There are a couple of solutions that I've used or looked at. My solution is as follows: (the example gives runtime access to the #dns_rec and #dns_rr records from inet_dns.hrl)
%% Retrieves the value stored in the record Rec in field Field.
info(Field, Rec) ->
Fields = fields(Rec),
info(Field, Fields, tl(tuple_to_list(Rec))).
info(_Field, _Fields, []) -> erlang:error(bad_record);
info(_Field, [], _Rec) -> erlang:error(bad_field);
info(Field, [Field | _], [Val | _]) -> Val;
info(Field, [_Other | Fields], [_Val | Values]) -> info(Field, Fields, Values).
%% The fields function provides the list of field positions
%% for all the kinds of record you want to be able to query
%% at runtime. You'll need to modify this to use your own records.
fields(#dns_rec{}) -> fields(dns_rec);
fields(dns_rec) -> record_info(fields, dns_rec);
fields(#dns_rr{}) -> fields(dns_rr);
fields(dns_rr) -> record_info(fields, dns_rr).
%% Turns a record into a proplist suitable for use with the proplists module.
to_proplist(R) ->
Keys = fields(R),
Values = tl(tuple_to_list(R)),
lists:zip(Keys,Values).
A version of this that compiles is available here: rec_test.erl
You can also extend this dynamic field lookup to dynamic generation of matchspecs for use with ets:select/2 or mnesia:select/2 as shown below:
%% Generates a matchspec that does something like this
%% QLC psuedocode: [ V || #RecordKind{MatchField=V} <- mnesia:table(RecordKind) ]
match(MatchField, RecordKind) ->
MatchTuple = match_tuple(MatchField, RecordKind),
{MatchTuple, [], ['$1']}.
%% Generates a matchspec that does something like this
%% QLC psuedocode: [ T || T <- mnesia:table(RecordKind),
%% T#RecordKind.Field =:= MatchValue]
match(MatchField, MatchValue, RecordKind) ->
MatchTuple = match_tuple(MatchField, RecordKind),
{MatchTuple, [{'=:=', '$1', MatchValue}], ['$$']}.
%% Generates a matchspec that does something like this
%% QLC psuedocode: [ T#RecordKind.ReturnField
%% || T <- mnesia:table(RecordKind),
%% T#RecordKind.MatchField =:= MatchValue]
match(MatchField, MatchValue, RecordKind, ReturnField)
when MatchField =/= ReturnField ->
MatchTuple = list_to_tuple([RecordKind
| [if F =:= MatchField -> '$1'; F =:= ReturnField -> '$2'; true -> '_' end
|| F <- fields(RecordKind)]]),
{MatchTuple, [{'=:=', '$1', MatchValue}], ['$2']}.
match_tuple(MatchField, RecordKind) ->
list_to_tuple([RecordKind
| [if F =:= MatchField -> '$1'; true -> '_' end
|| F <- fields(RecordKind)]]).
Ulf Wiger has also written a parse_transform, Exprecs, that more or less does this for you automagically. I've never tried it, but Ulf's code is usually very good.

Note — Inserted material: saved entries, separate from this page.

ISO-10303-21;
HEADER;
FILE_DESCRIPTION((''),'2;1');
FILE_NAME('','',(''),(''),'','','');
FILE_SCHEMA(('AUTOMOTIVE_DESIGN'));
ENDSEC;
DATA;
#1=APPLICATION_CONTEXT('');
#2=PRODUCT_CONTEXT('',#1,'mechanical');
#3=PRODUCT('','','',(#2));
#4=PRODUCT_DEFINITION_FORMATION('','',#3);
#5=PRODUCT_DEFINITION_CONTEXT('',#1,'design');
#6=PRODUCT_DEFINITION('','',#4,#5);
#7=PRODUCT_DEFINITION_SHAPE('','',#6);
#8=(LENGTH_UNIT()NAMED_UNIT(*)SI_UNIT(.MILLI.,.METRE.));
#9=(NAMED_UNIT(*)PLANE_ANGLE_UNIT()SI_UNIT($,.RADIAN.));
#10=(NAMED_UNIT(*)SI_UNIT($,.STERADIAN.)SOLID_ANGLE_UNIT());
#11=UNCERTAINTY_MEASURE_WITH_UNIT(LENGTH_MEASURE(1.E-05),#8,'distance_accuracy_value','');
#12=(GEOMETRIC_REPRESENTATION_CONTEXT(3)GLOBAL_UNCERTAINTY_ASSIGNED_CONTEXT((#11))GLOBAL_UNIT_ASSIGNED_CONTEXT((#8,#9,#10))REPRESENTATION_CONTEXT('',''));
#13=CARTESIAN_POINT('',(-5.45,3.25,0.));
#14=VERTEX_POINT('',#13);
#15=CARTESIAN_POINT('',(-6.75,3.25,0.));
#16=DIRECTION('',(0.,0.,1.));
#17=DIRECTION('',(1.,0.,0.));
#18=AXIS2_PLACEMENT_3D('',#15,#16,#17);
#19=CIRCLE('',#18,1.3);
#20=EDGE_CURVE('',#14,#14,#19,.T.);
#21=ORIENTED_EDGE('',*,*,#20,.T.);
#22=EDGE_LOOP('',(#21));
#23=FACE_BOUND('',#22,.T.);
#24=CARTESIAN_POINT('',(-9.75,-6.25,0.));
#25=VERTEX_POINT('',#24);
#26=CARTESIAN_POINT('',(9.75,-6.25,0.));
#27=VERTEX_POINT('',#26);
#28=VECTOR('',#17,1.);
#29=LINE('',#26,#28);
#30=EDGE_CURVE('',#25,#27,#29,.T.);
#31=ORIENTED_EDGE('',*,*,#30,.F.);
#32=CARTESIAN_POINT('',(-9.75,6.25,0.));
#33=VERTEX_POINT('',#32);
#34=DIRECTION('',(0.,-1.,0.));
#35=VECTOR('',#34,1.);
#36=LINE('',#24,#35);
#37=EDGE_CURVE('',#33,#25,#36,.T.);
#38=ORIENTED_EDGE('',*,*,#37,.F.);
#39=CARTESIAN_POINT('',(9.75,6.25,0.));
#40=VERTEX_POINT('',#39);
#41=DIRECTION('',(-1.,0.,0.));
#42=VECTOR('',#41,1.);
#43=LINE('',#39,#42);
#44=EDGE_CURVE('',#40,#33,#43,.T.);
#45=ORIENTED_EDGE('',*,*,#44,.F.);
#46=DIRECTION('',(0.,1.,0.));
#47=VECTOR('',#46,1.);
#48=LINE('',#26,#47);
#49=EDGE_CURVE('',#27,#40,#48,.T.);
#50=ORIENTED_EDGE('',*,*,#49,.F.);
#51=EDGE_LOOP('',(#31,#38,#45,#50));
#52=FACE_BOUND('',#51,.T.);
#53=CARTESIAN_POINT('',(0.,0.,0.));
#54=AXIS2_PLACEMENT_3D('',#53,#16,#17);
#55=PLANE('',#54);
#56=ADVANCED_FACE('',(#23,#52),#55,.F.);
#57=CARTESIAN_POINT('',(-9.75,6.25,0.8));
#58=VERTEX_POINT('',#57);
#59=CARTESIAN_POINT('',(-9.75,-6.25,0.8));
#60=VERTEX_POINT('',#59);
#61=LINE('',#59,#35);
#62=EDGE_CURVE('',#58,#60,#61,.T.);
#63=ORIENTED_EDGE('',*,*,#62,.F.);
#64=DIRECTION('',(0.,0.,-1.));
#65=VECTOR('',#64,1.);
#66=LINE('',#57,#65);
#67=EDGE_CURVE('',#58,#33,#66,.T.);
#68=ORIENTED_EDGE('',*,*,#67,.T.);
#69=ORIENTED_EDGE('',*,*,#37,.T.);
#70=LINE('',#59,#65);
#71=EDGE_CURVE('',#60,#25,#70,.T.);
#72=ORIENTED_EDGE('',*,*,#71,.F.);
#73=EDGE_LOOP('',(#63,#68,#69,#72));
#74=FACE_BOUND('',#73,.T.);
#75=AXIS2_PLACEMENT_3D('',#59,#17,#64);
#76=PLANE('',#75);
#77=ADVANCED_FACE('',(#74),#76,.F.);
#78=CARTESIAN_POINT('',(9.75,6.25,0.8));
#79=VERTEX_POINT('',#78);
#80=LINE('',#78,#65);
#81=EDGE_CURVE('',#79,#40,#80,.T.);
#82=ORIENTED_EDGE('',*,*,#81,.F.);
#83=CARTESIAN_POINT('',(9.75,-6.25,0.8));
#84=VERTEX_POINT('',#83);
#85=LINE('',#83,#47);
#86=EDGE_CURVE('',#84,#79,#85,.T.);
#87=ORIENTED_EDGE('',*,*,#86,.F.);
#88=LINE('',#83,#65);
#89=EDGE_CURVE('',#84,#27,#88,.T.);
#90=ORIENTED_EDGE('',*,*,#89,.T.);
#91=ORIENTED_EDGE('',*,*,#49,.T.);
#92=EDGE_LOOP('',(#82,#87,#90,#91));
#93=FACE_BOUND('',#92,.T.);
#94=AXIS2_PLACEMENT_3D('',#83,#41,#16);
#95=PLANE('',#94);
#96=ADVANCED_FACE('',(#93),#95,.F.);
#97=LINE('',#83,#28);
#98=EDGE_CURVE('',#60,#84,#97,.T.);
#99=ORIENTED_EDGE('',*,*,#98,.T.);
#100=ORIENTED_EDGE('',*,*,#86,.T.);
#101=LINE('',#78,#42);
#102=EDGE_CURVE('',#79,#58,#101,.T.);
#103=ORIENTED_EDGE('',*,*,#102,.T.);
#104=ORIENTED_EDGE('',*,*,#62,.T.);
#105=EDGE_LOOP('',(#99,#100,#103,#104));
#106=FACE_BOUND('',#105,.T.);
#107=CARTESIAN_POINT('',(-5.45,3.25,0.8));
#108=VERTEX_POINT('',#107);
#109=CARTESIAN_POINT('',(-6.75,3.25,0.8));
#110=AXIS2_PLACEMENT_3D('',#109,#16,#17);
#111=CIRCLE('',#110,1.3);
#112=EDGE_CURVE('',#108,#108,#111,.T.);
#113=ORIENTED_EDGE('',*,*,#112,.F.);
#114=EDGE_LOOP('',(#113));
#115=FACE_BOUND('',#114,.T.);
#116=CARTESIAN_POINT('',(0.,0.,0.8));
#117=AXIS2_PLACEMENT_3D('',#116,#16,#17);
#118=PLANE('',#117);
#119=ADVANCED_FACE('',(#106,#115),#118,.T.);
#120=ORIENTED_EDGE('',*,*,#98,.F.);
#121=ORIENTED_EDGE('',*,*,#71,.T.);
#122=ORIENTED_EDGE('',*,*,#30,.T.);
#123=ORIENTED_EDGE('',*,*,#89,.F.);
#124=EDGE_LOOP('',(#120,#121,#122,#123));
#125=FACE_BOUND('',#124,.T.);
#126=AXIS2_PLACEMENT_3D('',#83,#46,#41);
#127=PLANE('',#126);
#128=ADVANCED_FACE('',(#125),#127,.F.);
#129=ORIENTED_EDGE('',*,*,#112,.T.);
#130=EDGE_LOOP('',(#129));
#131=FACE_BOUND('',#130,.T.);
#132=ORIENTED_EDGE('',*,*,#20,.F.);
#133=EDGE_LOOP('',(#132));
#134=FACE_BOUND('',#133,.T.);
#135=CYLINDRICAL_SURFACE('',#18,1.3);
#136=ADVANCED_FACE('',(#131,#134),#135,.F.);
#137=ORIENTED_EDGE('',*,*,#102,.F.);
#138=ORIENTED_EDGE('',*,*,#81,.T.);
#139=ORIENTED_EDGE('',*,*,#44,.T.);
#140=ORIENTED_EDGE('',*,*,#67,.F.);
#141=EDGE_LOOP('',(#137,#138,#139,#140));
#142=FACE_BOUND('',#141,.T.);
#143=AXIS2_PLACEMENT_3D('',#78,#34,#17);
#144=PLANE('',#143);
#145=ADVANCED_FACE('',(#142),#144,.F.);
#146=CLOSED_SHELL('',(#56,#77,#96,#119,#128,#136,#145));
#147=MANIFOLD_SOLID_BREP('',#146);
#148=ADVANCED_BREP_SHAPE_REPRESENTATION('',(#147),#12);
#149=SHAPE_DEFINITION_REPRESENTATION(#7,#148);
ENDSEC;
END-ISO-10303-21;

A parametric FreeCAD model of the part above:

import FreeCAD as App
import Part
import Sketcher

V = App.Vector

doc = App.newDocument("Part")
body = doc.addObject("PartDesign::Body", "Body")

sketch1 = body.newObject("Sketcher::SketchObject", "Sketch")
sketch1.AttachmentSupport = (doc.getObject("XY_Plane"), [""])
sketch1.MapMode = "FlatFace"
sketch1.addGeometry(Part.LineSegment(V(-9.75, 6.25, 0), V(-9.75, -6.25, 0)), False)
sketch1.addGeometry(Part.LineSegment(V(-9.75, -6.25, 0), V(9.75, -6.25, 0)), False)
sketch1.addGeometry(Part.LineSegment(V(9.75, -6.25, 0), V(9.75, 6.25, 0)), False)
sketch1.addGeometry(Part.LineSegment(V(9.75, 6.25, 0), V(-9.75, 6.25, 0)), False)
sketch1.addConstraint(Sketcher.Constraint("Coincident", 0, 2, 1, 1))
sketch1.addConstraint(Sketcher.Constraint("Coincident", 1, 2, 2, 1))
sketch1.addConstraint(Sketcher.Constraint("Coincident", 2, 2, 3, 1))
sketch1.addConstraint(Sketcher.Constraint("Coincident", 3, 2, 0, 1))
sketch1.addConstraint(Sketcher.Constraint("Vertical", 0))
sketch1.addConstraint(Sketcher.Constraint("Horizontal", 1))
sketch1.addConstraint(Sketcher.Constraint("Vertical", 2))
sketch1.addConstraint(Sketcher.Constraint("Horizontal", 3))
sketch1.addConstraint(Sketcher.Constraint("Symmetric", 0, 2, 2, 2, -1, 1))
sketch1.addConstraint(Sketcher.Constraint("DistanceX", 1, 1, 1, 2, 19.5))
sketch1.addConstraint(Sketcher.Constraint("DistanceY", 0, 2, 0, 1, 12.5))
pad1 = body.newObject("PartDesign::Pad", "Pad")
pad1.Profile = sketch1
pad1.Length = 0.8

sketch2 = body.newObject("Sketcher::SketchObject", "Sketch001")
sketch2.AttachmentSupport = (doc.getObject("XY_Plane"), [""])
sketch2.MapMode = "FlatFace"
sketch2.AttachmentOffset = App.Placement(V(0, 0, 0.8), App.Rotation())
sketch2.addGeometry(Part.Circle(V(-6.75, 3.25, 0), V(0, 0, 1), 1.3), False)
sketch2.addConstraint(Sketcher.Constraint("Diameter", 0, 2.6))
sketch2.addConstraint(Sketcher.Constraint("DistanceX", 0, 3, -1, 1, 6.75))
sketch2.addConstraint(Sketcher.Constraint("DistanceY", -1, 1, 0, 3, 3.25))
pocket1 = body.newObject("PartDesign::Pocket", "Pocket")
pocket1.Profile = sketch2
pocket1.Length = 0.8

doc.recompute()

I solve this problem (in development) by use the parse transform tools to read the .hrl files and generate helper functions.
I wrote a tutorial on it at Trap Exit.
We use it all the time to generate match specs. The beauty is that you don't need to know anything about the current state of the record at development time.
However once you are in production things change! If your record is the basis of a table (as opposed to the definition of a field in a table) then changing an underlying record is more difficult (to put it mildly!).
I'm not sure I fully understand your Problem but I have moved from records to proplists in most cases. They are much more flexible and much slower. Using (d)ets I usually use a few record fields for coarse selection and then check the proplists on the remaining records for detailed selection.